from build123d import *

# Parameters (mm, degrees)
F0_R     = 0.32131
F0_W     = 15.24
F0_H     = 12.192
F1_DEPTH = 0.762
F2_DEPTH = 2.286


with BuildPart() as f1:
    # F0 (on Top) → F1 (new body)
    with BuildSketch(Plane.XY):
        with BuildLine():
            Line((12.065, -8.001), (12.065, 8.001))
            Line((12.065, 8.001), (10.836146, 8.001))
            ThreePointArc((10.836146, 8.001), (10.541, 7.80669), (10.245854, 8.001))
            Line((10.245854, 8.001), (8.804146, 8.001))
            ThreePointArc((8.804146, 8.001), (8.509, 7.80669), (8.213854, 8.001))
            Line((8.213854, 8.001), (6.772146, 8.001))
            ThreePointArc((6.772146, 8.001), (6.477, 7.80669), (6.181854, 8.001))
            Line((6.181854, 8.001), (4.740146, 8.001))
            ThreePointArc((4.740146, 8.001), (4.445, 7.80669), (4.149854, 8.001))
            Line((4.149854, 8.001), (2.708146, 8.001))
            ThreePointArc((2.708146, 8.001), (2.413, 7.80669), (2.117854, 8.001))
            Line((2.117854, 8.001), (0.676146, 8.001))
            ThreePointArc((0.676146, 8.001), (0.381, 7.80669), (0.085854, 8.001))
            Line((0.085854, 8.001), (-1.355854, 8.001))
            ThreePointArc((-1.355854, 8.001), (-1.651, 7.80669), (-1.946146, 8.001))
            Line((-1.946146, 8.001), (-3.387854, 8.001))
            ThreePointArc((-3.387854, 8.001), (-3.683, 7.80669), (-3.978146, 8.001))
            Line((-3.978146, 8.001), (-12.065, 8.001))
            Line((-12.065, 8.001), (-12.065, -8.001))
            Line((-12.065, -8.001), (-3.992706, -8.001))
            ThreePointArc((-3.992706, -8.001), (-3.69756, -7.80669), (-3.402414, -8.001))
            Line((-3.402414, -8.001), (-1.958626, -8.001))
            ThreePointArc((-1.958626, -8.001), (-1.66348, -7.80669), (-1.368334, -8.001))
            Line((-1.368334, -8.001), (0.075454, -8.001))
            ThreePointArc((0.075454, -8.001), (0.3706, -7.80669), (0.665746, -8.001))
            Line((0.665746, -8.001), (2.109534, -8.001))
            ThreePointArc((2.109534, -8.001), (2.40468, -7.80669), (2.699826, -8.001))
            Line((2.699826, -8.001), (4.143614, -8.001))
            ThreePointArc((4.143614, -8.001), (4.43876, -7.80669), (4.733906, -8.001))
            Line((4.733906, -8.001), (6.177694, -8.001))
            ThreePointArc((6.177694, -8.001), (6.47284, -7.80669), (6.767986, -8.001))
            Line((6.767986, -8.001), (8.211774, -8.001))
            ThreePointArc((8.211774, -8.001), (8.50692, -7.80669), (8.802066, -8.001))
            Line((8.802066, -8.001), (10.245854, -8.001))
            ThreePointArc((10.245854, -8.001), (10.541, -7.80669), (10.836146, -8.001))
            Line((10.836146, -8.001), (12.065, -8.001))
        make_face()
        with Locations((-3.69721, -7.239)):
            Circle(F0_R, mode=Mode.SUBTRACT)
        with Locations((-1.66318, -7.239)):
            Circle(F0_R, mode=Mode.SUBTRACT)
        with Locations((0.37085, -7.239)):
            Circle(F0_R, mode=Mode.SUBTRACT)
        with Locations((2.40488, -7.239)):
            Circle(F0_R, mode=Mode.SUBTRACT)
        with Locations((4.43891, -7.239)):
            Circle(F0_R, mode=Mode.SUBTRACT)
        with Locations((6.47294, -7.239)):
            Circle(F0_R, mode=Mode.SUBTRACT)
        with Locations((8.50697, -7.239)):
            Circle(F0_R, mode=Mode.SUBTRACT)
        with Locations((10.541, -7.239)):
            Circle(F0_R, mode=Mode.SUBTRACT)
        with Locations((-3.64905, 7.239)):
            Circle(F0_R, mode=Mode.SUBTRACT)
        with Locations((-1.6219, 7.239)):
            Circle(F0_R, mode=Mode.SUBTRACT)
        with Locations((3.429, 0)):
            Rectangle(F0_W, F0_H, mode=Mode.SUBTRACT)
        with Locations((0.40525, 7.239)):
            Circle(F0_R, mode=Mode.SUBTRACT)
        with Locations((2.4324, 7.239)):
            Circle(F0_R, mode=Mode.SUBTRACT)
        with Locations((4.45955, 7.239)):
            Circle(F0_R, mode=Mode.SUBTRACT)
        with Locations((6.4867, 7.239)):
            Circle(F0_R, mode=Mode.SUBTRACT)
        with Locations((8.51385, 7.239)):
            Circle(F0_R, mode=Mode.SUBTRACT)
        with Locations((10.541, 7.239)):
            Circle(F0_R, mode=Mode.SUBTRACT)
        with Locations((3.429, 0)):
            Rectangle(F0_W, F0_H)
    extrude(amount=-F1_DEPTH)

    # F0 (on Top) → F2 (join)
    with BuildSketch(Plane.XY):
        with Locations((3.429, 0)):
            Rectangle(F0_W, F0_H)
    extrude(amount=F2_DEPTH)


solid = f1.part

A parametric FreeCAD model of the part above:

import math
import FreeCAD as App
import Part
import Sketcher
from FreeCAD import Vector
Q = App.Units.Quantity

doc = App.newDocument("Part")
body = doc.addObject("PartDesign::Body", "Body")

# Sketch on XY plane
sketch1 = body.newObject("Sketcher::SketchObject", "Sketch")
sketch1.AttachmentSupport = (doc.getObject("XY_Plane"), [""])
sketch1.MapMode = "FlatFace"
sketch1.addGeometry([
    Part.LineSegment(Vector(12.06, -8, 0), Vector(12.06, 8, 0)),  # 0
    Part.LineSegment(Vector(12.06, 8, 0), Vector(10.84, 8, 0)),  # 1
    Part.ArcOfCircle(Part.Circle(Vector(10.54, 8.13, 0), Vector(0, 0, 1), 0.32), math.radians(-157), math.radians(-23)),  # 2
    Part.LineSegment(Vector(10.25, 8, 0), Vector(8.8, 8, 0)),  # 3
    Part.ArcOfCircle(Part.Circle(Vector(8.51, 8.13, 0), Vector(0, 0, 1), 0.32), math.radians(-157), math.radians(-23)),  # 4
    Part.LineSegment(Vector(8.21, 8, 0), Vector(6.77, 8, 0)),  # 5
    Part.ArcOfCircle(Part.Circle(Vector(6.48, 8.13, 0), Vector(0, 0, 1), 0.32), math.radians(-157), math.radians(-23)),  # 6
    Part.LineSegment(Vector(6.18, 8, 0), Vector(4.74, 8, 0)),  # 7
    Part.ArcOfCircle(Part.Circle(Vector(4.45, 8.13, 0), Vector(0, 0, 1), 0.32), math.radians(-157), math.radians(-23)),  # 8
    Part.LineSegment(Vector(4.15, 8, 0), Vector(2.71, 8, 0)),  # 9
    Part.ArcOfCircle(Part.Circle(Vector(2.41, 8.13, 0), Vector(0, 0, 1), 0.32), math.radians(-157), math.radians(-23)),  # 10
    Part.LineSegment(Vector(2.12, 8, 0), Vector(0.68, 8, 0)),  # 11
    Part.ArcOfCircle(Part.Circle(Vector(0.38, 8.13, 0), Vector(0, 0, 1), 0.32), math.radians(-157), math.radians(-23)),  # 12
    Part.LineSegment(Vector(0.09, 8, 0), Vector(-1.36, 8, 0)),  # 13
    Part.ArcOfCircle(Part.Circle(Vector(-1.65, 8.13, 0), Vector(0, 0, 1), 0.32), math.radians(-157), math.radians(-23)),  # 14
    Part.LineSegment(Vector(-1.95, 8, 0), Vector(-3.39, 8, 0)),  # 15
    Part.ArcOfCircle(Part.Circle(Vector(-3.68, 8.13, 0), Vector(0, 0, 1), 0.32), math.radians(-157), math.radians(-23)),  # 16
    Part.LineSegment(Vector(-3.98, 8, 0), Vector(-12.06, 8, 0)),  # 17
    Part.LineSegment(Vector(-12.06, 8, 0), Vector(-12.06, -8, 0)),  # 18
    Part.LineSegment(Vector(-12.06, -8, 0), Vector(-3.99, -8, 0)),  # 19
    Part.ArcOfCircle(Part.Circle(Vector(-3.7, -8.13, 0), Vector(0, 0, 1), 0.32), math.radians(23), math.radians(157)),  # 20
    Part.LineSegment(Vector(-3.4, -8, 0), Vector(-1.96, -8, 0)),  # 21
    Part.ArcOfCircle(Part.Circle(Vector(-1.66, -8.13, 0), Vector(0, 0, 1), 0.32), math.radians(23), math.radians(157)),  # 22
    Part.LineSegment(Vector(-1.37, -8, 0), Vector(0.08, -8, 0)),  # 23
    Part.ArcOfCircle(Part.Circle(Vector(0.37, -8.13, 0), Vector(0, 0, 1), 0.32), math.radians(23), math.radians(157)),  # 24
    Part.LineSegment(Vector(0.67, -8, 0), Vector(2.11, -8, 0)),  # 25
    Part.ArcOfCircle(Part.Circle(Vector(2.4, -8.13, 0), Vector(0, 0, 1), 0.32), math.radians(23), math.radians(157)),  # 26
    Part.LineSegment(Vector(2.7, -8, 0), Vector(4.14, -8, 0)),  # 27
    Part.ArcOfCircle(Part.Circle(Vector(4.44, -8.13, 0), Vector(0, 0, 1), 0.32), math.radians(23), math.radians(157)),  # 28
    Part.LineSegment(Vector(4.73, -8, 0), Vector(6.18, -8, 0)),  # 29
    Part.ArcOfCircle(Part.Circle(Vector(6.47, -8.13, 0), Vector(0, 0, 1), 0.32), math.radians(23), math.radians(157)),  # 30
    Part.LineSegment(Vector(6.77, -8, 0), Vector(8.21, -8, 0)),  # 31
    Part.ArcOfCircle(Part.Circle(Vector(8.51, -8.13, 0), Vector(0, 0, 1), 0.32), math.radians(23), math.radians(157)),  # 32
    Part.LineSegment(Vector(8.8, -8, 0), Vector(10.25, -8, 0)),  # 33
    Part.ArcOfCircle(Part.Circle(Vector(10.54, -8.13, 0), Vector(0, 0, 1), 0.32), math.radians(23), math.radians(157)),  # 34
    Part.LineSegment(Vector(10.84, -8, 0), Vector(12.06, -8, 0)),  # 35
    Part.Circle(Vector(-3.7, -7.24, 0), Vector(0, 0, 1), 0.32),  # 36
    Part.Circle(Vector(-1.66, -7.24, 0), Vector(0, 0, 1), 0.32),  # 37
    Part.Circle(Vector(0.37, -7.24, 0), Vector(0, 0, 1), 0.32),  # 38
    Part.Circle(Vector(2.4, -7.24, 0), Vector(0, 0, 1), 0.32),  # 39
    Part.Circle(Vector(4.44, -7.24, 0), Vector(0, 0, 1), 0.32),  # 40
    Part.Circle(Vector(6.47, -7.24, 0), Vector(0, 0, 1), 0.32),  # 41
    Part.Circle(Vector(8.51, -7.24, 0), Vector(0, 0, 1), 0.32),  # 42
    Part.Circle(Vector(10.54, -7.24, 0), Vector(0, 0, 1), 0.32),  # 43
    Part.Circle(Vector(-3.65, 7.24, 0), Vector(0, 0, 1), 0.32),  # 44
    Part.Circle(Vector(-1.62, 7.24, 0), Vector(0, 0, 1), 0.32),  # 45
    Part.Circle(Vector(0.41, 7.24, 0), Vector(0, 0, 1), 0.32),  # 46
    Part.Circle(Vector(2.43, 7.24, 0), Vector(0, 0, 1), 0.32),  # 47
    Part.Circle(Vector(4.46, 7.24, 0), Vector(0, 0, 1), 0.32),  # 48
    Part.Circle(Vector(6.49, 7.24, 0), Vector(0, 0, 1), 0.32),  # 49
    Part.Circle(Vector(8.51, 7.24, 0), Vector(0, 0, 1), 0.32),  # 50
    Part.Circle(Vector(10.54, 7.24, 0), Vector(0, 0, 1), 0.32),  # 51
], False)
sketch1.addConstraint([
    Sketcher.Constraint("Coincident", 0, 2, 1, 1),
    Sketcher.Constraint("Coincident", 1, 2, 2, 2),
    Sketcher.Constraint("Coincident", 2, 1, 3, 1),
    Sketcher.Constraint("Coincident", 3, 2, 4, 2),
    Sketcher.Constraint("Coincident", 4, 1, 5, 1),
    Sketcher.Constraint("Coincident", 5, 2, 6, 2),
    Sketcher.Constraint("Coincident", 6, 1, 7, 1),
    Sketcher.Constraint("Coincident", 7, 2, 8, 2),
    Sketcher.Constraint("Coincident", 8, 1, 9, 1),
    Sketcher.Constraint("Coincident", 9, 2, 10, 2),
    Sketcher.Constraint("Coincident", 10, 1, 11, 1),
    Sketcher.Constraint("Coincident", 11, 2, 12, 2),
    Sketcher.Constraint("Coincident", 12, 1, 13, 1),
    Sketcher.Constraint("Coincident", 13, 2, 14, 2),
    Sketcher.Constraint("Coincident", 14, 1, 15, 1),
    Sketcher.Constraint("Coincident", 15, 2, 16, 2),
    Sketcher.Constraint("Coincident", 16, 1, 17, 1),
    Sketcher.Constraint("Coincident", 17, 2, 18, 1),
    Sketcher.Constraint("Coincident", 18, 2, 19, 1),
    Sketcher.Constraint("Coincident", 19, 2, 20, 2),
    Sketcher.Constraint("Coincident", 20, 1, 21, 1),
    Sketcher.Constraint("Coincident", 21, 2, 22, 2),
    Sketcher.Constraint("Coincident", 22, 1, 23, 1),
    Sketcher.Constraint("Coincident", 23, 2, 24, 2),
    Sketcher.Constraint("Coincident", 24, 1, 25, 1),
    Sketcher.Constraint("Coincident", 25, 2, 26, 2),
    Sketcher.Constraint("Coincident", 26, 1, 27, 1),
    Sketcher.Constraint("Coincident", 27, 2, 28, 2),
    Sketcher.Constraint("Coincident", 28, 1, 29, 1),
    Sketcher.Constraint("Coincident", 29, 2, 30, 2),
    Sketcher.Constraint("Coincident", 30, 1, 31, 1),
    Sketcher.Constraint("Coincident", 31, 2, 32, 2),
    Sketcher.Constraint("Coincident", 32, 1, 33, 1),
    Sketcher.Constraint("Coincident", 33, 2, 34, 2),
    Sketcher.Constraint("Coincident", 34, 1, 35, 1),
    Sketcher.Constraint("Coincident", 35, 2, 0, 1),
    Sketcher.Constraint("Vertical", 0),
    Sketcher.Constraint("Horizontal", 1),
    Sketcher.Constraint("Horizontal", 3),
    Sketcher.Constraint("Horizontal", 5),
    Sketcher.Constraint("Horizontal", 7),
    Sketcher.Constraint("Horizontal", 9),
    Sketcher.Constraint("Horizontal", 11),
    Sketcher.Constraint("Horizontal", 13),
    Sketcher.Constraint("Horizontal", 15),
    Sketcher.Constraint("Horizontal", 17),
    Sketcher.Constraint("Vertical", 18),
    Sketcher.Constraint("Horizontal", 19),
    Sketcher.Constraint("Horizontal", 21),
    Sketcher.Constraint("Horizontal", 23),
    Sketcher.Constraint("Horizontal", 25),
    Sketcher.Constraint("Horizontal", 27),
    Sketcher.Constraint("Horizontal", 29),
    Sketcher.Constraint("Horizontal", 31),
    Sketcher.Constraint("Horizontal", 33),
    Sketcher.Constraint("Horizontal", 35),
    Sketcher.Constraint("Equal", 2, 4),
    Sketcher.Constraint("Equal", 4, 6),
    Sketcher.Constraint("Equal", 6, 8),
    Sketcher.Constraint("Equal", 8, 10),
    Sketcher.Constraint("Equal", 10, 12),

- [What you should do]: Determine the number of lines in the preceding data that contain the word "amount". Reply with that number only.

- [Solution]: 2